**Task prompt**
For the records that follow, return only the count of lines containing the string "with".

**Study material**
▼

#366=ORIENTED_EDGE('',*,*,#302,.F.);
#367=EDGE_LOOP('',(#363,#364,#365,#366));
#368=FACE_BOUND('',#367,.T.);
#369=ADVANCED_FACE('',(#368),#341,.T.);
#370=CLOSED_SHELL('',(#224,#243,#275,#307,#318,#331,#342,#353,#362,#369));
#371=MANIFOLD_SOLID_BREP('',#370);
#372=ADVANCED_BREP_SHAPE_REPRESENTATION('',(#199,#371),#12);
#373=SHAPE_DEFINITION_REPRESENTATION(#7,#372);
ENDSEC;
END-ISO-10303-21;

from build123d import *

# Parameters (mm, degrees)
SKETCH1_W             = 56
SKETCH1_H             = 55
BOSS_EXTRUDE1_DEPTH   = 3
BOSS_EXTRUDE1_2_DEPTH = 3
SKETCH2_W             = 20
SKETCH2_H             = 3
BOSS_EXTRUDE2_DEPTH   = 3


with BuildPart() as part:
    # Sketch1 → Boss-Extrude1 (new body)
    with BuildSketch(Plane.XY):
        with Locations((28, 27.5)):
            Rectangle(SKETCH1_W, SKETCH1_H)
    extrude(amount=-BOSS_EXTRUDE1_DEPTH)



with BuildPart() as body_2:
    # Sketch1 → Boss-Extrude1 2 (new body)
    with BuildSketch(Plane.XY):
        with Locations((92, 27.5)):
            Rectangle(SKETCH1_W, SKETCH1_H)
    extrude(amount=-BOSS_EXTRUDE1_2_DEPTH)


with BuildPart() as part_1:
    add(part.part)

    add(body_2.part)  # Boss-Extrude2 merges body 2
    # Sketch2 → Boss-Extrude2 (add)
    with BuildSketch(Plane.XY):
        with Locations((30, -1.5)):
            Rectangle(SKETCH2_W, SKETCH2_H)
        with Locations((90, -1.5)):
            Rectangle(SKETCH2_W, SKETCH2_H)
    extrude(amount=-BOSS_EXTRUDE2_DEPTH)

▲

**Result of this task**
10